From the records below, extract only the lines running from the line with "Autodesk Inventor part; units mm, degrees" to the line with "line L2 (-75.5, -36.75)", both lines included, reproducing them exactly.

○ ○ ○ ○ ○ ○ ○

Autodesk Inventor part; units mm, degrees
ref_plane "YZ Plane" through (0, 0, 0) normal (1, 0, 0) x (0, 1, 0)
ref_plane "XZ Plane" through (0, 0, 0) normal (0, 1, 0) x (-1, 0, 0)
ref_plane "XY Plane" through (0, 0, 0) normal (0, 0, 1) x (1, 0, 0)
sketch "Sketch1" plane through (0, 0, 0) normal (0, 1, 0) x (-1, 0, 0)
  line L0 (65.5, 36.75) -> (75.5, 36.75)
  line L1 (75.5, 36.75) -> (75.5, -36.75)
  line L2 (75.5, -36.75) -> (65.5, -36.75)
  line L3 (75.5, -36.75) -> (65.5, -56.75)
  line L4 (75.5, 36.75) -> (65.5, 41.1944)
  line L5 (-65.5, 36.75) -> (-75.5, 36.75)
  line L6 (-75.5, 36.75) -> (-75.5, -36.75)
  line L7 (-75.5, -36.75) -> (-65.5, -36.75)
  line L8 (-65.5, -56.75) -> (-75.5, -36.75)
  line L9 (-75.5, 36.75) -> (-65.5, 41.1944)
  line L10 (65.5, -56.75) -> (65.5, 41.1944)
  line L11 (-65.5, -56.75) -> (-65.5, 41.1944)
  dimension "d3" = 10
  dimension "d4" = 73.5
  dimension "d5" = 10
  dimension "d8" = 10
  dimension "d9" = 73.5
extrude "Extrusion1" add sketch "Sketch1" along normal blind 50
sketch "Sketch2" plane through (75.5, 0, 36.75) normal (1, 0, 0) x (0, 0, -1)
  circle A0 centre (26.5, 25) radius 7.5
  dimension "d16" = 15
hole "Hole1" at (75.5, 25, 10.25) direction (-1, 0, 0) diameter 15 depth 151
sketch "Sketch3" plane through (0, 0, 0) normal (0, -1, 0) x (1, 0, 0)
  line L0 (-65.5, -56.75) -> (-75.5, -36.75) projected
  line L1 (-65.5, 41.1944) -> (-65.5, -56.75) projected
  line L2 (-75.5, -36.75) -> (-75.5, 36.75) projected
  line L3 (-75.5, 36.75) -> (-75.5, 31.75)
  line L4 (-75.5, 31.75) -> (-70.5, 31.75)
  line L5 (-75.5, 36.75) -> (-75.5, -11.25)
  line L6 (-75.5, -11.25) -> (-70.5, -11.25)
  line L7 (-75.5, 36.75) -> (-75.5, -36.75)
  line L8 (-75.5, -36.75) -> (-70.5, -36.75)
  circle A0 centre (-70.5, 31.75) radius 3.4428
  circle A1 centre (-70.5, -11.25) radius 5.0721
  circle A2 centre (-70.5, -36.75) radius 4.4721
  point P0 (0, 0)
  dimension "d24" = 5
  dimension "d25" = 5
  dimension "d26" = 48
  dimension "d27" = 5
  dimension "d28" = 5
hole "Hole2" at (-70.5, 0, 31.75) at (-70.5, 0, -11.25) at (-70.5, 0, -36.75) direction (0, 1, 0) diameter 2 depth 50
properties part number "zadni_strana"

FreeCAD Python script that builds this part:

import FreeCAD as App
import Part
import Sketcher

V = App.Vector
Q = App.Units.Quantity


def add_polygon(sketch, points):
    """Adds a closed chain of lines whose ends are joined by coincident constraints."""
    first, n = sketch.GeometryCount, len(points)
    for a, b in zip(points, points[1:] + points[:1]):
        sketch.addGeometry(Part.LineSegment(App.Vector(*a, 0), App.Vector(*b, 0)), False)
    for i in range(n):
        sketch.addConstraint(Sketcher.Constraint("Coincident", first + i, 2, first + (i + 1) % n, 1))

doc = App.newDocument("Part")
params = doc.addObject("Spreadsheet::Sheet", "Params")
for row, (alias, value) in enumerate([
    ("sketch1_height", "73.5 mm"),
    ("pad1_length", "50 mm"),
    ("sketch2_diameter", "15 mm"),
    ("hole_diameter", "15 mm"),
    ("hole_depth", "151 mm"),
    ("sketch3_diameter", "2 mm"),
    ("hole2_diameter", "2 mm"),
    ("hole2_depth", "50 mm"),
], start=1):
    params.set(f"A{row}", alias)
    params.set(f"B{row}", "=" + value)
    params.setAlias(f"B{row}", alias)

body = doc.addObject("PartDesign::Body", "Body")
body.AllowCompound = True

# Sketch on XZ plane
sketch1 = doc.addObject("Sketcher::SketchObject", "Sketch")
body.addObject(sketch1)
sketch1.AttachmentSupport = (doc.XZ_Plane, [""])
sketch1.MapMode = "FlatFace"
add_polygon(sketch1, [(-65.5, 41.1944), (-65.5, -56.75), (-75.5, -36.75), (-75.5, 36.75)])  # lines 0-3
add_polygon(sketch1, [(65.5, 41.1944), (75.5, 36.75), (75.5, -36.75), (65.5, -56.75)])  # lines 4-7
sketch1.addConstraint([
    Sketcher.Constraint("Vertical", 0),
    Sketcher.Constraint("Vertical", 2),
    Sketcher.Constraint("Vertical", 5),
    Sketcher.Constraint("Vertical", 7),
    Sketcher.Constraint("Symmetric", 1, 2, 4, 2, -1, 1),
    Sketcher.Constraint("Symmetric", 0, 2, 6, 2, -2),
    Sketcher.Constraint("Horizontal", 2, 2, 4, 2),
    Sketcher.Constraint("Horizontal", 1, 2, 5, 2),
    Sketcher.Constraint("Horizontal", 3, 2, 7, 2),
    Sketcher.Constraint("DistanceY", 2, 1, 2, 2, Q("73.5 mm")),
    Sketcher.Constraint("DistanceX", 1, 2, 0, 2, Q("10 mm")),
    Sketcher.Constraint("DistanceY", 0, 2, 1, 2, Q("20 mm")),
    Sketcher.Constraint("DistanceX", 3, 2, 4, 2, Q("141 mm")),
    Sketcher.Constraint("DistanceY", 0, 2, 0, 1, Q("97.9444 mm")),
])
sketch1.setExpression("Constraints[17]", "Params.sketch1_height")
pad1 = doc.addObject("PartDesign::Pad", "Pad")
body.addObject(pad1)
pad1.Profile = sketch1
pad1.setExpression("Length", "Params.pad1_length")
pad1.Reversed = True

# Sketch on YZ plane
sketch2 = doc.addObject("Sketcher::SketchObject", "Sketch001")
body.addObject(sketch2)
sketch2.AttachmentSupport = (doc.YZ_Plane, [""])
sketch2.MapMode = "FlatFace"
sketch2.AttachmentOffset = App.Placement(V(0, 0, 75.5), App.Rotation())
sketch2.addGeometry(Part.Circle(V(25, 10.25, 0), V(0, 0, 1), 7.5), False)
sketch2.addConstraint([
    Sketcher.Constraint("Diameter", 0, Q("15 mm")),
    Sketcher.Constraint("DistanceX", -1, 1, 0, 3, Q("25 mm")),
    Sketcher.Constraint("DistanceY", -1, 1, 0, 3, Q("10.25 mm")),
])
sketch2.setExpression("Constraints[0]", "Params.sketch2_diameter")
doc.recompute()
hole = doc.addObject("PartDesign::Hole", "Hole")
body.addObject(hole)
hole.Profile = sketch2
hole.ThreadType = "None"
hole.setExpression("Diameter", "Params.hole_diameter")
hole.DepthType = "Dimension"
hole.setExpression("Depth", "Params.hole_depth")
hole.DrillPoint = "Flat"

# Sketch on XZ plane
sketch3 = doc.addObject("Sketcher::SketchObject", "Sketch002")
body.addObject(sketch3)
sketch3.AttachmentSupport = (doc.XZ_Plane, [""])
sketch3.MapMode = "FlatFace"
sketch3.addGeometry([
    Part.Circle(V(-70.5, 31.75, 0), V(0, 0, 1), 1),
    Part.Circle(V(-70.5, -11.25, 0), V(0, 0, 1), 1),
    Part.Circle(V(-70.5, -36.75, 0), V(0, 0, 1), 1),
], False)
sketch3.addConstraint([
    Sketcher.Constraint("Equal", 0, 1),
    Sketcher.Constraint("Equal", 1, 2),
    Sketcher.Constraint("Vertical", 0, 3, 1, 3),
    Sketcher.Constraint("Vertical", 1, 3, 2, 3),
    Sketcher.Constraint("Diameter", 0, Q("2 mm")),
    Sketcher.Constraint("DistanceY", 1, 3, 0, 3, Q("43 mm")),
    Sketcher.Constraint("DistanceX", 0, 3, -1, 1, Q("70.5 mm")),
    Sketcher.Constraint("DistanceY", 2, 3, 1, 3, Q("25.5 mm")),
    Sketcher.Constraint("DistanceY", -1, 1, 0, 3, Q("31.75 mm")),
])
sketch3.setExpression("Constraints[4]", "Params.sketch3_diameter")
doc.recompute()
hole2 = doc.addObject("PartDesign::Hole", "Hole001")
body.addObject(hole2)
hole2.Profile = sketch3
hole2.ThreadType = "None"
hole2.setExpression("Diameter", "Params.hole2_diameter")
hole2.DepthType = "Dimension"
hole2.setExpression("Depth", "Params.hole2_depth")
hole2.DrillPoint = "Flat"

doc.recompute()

○ ○ ○ ○ ○ ○ ○

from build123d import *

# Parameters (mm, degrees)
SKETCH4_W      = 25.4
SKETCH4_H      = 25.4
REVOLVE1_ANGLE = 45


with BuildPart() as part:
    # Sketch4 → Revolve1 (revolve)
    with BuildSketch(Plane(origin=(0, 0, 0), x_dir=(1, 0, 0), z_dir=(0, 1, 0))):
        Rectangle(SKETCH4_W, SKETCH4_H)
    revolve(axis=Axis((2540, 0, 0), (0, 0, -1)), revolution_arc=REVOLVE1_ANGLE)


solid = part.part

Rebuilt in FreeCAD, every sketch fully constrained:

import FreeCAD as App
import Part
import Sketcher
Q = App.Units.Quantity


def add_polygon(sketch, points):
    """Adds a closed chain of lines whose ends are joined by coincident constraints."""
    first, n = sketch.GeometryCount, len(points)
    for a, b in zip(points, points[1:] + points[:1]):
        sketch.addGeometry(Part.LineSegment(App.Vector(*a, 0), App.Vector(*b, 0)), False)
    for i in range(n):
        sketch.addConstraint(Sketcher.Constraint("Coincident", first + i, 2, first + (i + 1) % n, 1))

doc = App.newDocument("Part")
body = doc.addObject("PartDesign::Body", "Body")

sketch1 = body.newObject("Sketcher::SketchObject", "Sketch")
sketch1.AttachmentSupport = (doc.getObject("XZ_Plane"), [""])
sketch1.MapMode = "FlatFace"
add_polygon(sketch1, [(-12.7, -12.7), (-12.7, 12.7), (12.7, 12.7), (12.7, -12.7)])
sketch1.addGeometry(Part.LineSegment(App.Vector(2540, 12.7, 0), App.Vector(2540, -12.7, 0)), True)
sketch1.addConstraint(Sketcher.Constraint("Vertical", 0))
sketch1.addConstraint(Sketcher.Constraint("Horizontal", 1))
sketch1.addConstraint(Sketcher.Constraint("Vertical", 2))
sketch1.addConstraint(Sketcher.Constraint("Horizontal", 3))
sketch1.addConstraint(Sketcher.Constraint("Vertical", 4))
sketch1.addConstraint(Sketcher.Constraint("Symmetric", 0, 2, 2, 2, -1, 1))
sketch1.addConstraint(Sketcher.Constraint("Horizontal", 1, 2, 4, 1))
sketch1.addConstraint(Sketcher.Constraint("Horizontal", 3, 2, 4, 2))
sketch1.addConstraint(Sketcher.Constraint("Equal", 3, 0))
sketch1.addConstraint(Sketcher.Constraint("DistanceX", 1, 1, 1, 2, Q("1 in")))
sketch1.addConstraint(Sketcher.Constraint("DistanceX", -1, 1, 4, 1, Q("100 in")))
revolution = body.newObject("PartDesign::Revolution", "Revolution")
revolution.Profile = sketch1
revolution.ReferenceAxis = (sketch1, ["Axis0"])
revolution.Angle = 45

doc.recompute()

○ ○ ○ ○ ○ ○ ○

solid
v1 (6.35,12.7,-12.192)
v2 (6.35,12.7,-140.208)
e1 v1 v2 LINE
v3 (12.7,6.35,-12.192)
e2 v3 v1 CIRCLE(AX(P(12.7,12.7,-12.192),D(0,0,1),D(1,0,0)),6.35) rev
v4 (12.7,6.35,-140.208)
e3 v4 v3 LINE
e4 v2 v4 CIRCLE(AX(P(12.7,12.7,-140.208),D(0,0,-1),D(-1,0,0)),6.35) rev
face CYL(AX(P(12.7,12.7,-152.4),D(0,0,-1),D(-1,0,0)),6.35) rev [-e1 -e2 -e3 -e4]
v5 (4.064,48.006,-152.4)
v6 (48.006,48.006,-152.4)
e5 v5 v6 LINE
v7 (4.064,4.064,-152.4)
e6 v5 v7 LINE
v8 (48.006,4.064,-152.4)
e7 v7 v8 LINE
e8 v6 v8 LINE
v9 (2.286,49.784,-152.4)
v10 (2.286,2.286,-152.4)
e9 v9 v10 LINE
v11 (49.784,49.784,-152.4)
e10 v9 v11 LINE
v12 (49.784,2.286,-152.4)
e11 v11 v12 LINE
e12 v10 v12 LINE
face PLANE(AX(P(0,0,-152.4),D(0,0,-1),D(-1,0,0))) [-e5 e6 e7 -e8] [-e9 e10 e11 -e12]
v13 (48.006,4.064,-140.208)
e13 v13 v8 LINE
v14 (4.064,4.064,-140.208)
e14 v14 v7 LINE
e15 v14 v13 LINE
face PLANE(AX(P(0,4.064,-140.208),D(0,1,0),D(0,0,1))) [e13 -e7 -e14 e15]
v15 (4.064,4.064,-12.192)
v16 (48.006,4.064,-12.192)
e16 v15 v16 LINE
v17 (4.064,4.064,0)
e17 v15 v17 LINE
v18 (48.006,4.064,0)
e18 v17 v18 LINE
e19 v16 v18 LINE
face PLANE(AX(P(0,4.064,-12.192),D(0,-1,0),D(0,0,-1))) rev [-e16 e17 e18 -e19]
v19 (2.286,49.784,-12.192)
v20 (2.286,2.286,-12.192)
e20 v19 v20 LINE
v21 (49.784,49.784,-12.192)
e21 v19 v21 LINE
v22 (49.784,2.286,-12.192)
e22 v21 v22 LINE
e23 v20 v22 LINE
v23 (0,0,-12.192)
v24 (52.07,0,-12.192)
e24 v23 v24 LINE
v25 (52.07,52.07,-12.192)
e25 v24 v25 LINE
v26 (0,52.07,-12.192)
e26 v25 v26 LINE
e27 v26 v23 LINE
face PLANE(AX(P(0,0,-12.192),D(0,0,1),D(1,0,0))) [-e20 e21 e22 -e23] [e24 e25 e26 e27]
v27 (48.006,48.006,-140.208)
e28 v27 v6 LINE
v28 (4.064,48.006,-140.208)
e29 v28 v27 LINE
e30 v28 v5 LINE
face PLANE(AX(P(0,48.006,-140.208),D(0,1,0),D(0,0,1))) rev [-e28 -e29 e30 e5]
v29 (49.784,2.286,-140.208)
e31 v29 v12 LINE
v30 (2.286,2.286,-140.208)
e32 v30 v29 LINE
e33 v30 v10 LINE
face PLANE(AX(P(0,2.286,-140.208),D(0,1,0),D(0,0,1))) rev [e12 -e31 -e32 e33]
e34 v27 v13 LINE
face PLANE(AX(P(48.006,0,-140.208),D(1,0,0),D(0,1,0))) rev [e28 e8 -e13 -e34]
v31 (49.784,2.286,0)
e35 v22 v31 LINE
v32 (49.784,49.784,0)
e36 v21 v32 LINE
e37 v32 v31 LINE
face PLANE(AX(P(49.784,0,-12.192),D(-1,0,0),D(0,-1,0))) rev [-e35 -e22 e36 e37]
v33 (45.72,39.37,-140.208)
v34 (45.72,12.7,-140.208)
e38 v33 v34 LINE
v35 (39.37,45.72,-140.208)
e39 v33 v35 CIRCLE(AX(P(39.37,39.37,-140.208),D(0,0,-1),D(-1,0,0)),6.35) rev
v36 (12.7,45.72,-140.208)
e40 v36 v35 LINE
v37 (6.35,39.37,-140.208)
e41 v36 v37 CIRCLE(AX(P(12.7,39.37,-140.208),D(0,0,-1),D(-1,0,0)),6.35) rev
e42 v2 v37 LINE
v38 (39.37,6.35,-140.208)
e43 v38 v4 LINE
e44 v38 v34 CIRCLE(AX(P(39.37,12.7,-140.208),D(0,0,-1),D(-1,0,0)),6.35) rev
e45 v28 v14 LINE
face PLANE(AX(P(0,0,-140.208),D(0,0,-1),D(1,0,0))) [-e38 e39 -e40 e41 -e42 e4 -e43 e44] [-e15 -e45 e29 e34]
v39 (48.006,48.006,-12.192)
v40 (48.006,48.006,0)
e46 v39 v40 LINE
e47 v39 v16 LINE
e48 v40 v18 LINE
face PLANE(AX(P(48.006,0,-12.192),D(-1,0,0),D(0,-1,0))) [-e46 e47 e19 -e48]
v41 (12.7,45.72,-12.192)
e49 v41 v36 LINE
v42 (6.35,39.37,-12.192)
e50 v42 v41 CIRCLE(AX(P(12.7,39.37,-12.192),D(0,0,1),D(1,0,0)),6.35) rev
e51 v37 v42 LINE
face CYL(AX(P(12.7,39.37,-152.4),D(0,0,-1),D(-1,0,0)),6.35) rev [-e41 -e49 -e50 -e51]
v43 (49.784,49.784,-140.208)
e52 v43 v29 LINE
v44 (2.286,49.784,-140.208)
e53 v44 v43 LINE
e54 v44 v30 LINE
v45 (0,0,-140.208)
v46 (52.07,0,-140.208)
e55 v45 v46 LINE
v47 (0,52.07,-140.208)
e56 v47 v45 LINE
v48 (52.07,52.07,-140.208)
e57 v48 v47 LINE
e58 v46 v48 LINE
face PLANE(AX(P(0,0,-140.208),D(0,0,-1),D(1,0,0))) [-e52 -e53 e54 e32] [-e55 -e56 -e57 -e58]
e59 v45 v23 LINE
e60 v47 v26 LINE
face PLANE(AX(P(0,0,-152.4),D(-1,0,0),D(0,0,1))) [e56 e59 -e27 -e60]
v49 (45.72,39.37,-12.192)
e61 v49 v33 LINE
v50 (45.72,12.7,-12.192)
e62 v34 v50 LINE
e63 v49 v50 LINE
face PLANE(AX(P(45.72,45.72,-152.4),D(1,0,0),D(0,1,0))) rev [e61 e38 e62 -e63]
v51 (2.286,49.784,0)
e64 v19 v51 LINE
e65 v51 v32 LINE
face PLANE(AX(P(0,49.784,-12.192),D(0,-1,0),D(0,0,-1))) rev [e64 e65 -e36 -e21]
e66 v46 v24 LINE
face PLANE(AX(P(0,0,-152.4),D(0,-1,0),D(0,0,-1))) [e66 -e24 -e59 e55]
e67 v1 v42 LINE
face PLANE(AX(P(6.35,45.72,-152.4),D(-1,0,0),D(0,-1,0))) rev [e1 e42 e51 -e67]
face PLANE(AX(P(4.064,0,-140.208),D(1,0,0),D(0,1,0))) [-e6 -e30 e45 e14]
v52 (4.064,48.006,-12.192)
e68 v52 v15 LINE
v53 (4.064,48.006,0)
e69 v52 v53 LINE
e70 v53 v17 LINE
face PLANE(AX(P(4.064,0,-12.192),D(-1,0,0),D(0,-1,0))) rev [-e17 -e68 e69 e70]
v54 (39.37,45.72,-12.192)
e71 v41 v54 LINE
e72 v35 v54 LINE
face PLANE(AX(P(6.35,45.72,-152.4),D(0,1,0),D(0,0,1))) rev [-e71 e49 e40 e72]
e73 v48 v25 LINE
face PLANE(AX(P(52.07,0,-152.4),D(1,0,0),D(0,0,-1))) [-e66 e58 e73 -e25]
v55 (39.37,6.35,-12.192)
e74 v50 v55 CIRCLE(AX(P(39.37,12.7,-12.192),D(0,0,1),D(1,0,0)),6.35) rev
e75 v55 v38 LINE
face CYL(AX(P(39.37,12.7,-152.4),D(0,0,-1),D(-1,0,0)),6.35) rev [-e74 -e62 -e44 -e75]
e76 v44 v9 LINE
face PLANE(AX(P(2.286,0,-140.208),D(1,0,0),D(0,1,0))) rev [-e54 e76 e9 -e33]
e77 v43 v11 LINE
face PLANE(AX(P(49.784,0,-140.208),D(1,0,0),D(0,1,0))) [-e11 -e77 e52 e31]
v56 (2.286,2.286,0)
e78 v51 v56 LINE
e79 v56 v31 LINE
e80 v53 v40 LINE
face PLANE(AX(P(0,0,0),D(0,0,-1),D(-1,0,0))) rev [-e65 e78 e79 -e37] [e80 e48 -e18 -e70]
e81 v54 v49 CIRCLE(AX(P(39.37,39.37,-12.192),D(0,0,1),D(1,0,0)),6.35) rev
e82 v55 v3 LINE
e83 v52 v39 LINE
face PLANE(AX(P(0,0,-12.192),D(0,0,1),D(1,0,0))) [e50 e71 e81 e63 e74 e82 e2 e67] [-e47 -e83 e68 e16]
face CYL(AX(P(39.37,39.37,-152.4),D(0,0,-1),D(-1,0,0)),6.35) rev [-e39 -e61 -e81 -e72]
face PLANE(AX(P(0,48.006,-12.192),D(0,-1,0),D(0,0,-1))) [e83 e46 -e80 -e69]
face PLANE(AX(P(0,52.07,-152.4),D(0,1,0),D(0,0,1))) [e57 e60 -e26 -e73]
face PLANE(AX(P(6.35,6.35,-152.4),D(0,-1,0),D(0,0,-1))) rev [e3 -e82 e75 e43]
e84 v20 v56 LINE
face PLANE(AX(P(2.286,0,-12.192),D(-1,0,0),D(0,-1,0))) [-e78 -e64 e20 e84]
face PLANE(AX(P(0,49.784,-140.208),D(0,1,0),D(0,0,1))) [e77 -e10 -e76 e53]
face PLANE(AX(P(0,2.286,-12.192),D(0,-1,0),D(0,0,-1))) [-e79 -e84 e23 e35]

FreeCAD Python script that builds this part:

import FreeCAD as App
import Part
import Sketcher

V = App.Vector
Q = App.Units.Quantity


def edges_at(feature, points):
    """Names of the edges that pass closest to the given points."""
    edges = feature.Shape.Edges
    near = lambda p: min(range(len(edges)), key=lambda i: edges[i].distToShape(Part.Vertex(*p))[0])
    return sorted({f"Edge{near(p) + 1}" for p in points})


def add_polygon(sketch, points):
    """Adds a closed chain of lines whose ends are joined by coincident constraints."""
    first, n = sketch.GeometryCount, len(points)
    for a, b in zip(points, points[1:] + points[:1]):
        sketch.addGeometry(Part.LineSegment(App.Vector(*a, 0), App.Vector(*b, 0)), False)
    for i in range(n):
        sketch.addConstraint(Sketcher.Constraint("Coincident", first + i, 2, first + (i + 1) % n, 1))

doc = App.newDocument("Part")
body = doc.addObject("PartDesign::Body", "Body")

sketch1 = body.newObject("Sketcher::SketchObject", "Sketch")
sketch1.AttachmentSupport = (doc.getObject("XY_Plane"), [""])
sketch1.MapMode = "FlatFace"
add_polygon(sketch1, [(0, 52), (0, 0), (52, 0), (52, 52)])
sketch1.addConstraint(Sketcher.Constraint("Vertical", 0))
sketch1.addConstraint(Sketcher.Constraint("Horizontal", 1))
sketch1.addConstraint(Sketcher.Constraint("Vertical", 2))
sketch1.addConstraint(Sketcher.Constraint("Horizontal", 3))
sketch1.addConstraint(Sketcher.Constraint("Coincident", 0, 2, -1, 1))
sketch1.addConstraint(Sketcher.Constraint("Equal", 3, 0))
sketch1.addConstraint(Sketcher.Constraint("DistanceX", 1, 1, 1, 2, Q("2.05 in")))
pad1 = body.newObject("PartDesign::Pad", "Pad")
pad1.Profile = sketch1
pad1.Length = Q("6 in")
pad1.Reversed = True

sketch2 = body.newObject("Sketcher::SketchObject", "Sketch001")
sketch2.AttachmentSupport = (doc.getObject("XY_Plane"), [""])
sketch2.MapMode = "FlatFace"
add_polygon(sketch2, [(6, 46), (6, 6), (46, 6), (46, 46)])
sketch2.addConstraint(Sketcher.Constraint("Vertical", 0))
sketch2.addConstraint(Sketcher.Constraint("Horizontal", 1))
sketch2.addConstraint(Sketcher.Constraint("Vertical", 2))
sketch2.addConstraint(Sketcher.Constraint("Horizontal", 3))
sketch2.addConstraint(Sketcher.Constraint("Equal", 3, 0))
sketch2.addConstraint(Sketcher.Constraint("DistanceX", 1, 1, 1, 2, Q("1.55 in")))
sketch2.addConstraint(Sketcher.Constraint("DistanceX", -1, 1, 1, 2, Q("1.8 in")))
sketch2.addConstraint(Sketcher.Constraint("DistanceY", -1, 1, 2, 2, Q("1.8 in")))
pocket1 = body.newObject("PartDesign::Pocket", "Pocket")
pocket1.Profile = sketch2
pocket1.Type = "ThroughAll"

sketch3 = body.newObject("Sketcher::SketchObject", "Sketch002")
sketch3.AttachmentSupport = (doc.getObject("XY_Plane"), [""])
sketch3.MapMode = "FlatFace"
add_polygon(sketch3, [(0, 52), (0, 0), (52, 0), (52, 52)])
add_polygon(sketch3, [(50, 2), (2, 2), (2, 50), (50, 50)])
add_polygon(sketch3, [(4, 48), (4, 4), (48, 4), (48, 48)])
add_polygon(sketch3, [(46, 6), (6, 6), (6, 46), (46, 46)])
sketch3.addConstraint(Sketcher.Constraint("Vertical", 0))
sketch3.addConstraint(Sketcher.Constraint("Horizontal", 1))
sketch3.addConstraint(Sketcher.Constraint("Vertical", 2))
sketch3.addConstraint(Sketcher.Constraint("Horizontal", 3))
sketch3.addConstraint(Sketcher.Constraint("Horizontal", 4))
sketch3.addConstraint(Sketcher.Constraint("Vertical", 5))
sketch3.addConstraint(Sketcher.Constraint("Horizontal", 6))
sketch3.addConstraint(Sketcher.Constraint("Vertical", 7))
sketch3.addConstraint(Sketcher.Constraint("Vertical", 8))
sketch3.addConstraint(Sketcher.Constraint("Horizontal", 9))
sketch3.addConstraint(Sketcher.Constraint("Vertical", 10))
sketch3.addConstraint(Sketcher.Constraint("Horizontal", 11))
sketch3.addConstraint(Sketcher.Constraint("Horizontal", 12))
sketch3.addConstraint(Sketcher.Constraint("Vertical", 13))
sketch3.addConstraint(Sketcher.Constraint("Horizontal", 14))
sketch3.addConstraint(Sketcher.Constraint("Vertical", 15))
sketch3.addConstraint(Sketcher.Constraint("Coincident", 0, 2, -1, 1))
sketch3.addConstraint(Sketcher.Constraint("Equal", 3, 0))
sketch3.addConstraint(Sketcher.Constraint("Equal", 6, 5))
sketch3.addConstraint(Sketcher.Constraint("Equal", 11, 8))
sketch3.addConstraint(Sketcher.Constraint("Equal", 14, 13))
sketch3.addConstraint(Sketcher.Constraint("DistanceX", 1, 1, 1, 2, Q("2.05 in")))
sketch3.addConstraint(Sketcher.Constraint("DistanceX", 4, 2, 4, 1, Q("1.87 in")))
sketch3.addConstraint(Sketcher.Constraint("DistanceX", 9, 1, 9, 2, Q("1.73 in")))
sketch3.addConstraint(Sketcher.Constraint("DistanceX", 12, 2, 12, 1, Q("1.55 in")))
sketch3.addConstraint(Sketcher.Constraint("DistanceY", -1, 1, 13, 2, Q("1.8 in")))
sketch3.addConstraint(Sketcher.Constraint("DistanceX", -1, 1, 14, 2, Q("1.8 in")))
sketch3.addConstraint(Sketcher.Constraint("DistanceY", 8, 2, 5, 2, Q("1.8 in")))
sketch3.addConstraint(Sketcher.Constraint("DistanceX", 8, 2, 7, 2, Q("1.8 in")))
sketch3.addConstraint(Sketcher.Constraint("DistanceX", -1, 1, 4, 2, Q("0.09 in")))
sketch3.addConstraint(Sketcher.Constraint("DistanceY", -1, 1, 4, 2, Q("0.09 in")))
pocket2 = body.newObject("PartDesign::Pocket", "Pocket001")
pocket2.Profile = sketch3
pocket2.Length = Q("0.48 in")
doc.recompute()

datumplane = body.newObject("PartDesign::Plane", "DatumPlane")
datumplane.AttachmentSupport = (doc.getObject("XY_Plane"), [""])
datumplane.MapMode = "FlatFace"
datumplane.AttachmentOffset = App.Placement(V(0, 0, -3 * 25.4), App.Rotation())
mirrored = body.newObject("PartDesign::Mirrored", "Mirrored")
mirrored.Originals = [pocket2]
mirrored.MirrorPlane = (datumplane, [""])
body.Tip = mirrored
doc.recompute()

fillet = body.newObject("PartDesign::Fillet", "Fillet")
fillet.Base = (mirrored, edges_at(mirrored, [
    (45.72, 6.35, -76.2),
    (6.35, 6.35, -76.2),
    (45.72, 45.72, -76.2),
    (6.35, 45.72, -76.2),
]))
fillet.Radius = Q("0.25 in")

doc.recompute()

○ ○ ○ ○ ○ ○ ○

» **Task output**
Autodesk Inventor part; units mm, degrees
ref_plane "YZ Plane" through (0, 0, 0) normal (1, 0, 0) x (0, 1, 0)
ref_plane "XZ Plane" through (0, 0, 0) normal (0, 1, 0) x (-1, 0, 0)
ref_plane "XY Plane" through (0, 0, 0) normal (0, 0, 1) x (1, 0, 0)
sketch "Sketch1" plane through (0, 0, 0) normal (0, 1, 0) x (-1, 0, 0)
  line L0 (65.5, 36.75) -> (75.5, 36.75)
  line L1 (75.5, 36.75) -> (75.5, -36.75)
  line L2 (75.5, -36.75) -> (65.5, -36.75)
  line L3 (75.5, -36.75) -> (65.5, -56.75)
  line L4 (75.5, 36.75) -> (65.5, 41.1944)
  line L5 (-65.5, 36.75) -> (-75.5, 36.75)
  line L6 (-75.5, 36.75) -> (-75.5, -36.75)
  line L7 (-75.5, -36.75) -> (-65.5, -36.75)
  line L8 (-65.5, -56.75) -> (-75.5, -36.75)
  line L9 (-75.5, 36.75) -> (-65.5, 41.1944)
  line L10 (65.5, -56.75) -> (65.5, 41.1944)
  line L11 (-65.5, -56.75) -> (-65.5, 41.1944)
  dimension "d3" = 10
  dimension "d4" = 73.5
  dimension "d5" = 10
  dimension "d8" = 10
  dimension "d9" = 73.5
extrude "Extrusion1" add sketch "Sketch1" along normal blind 50
sketch "Sketch2" plane through (75.5, 0, 36.75) normal (1, 0, 0) x (0, 0, -1)
  circle A0 centre (26.5, 25) radius 7.5
  dimension "d16" = 15
hole "Hole1" at (75.5, 25, 10.25) direction (-1, 0, 0) diameter 15 depth 151
sketch "Sketch3" plane through (0, 0, 0) normal (0, -1, 0) x (1, 0, 0)
  line L0 (-65.5, -56.75) -> (-75.5, -36.75) projected
  line L1 (-65.5, 41.1944) -> (-65.5, -56.75) projected
  line L2 (-75.5, -36.75) -> (-75.5, 36.75) projected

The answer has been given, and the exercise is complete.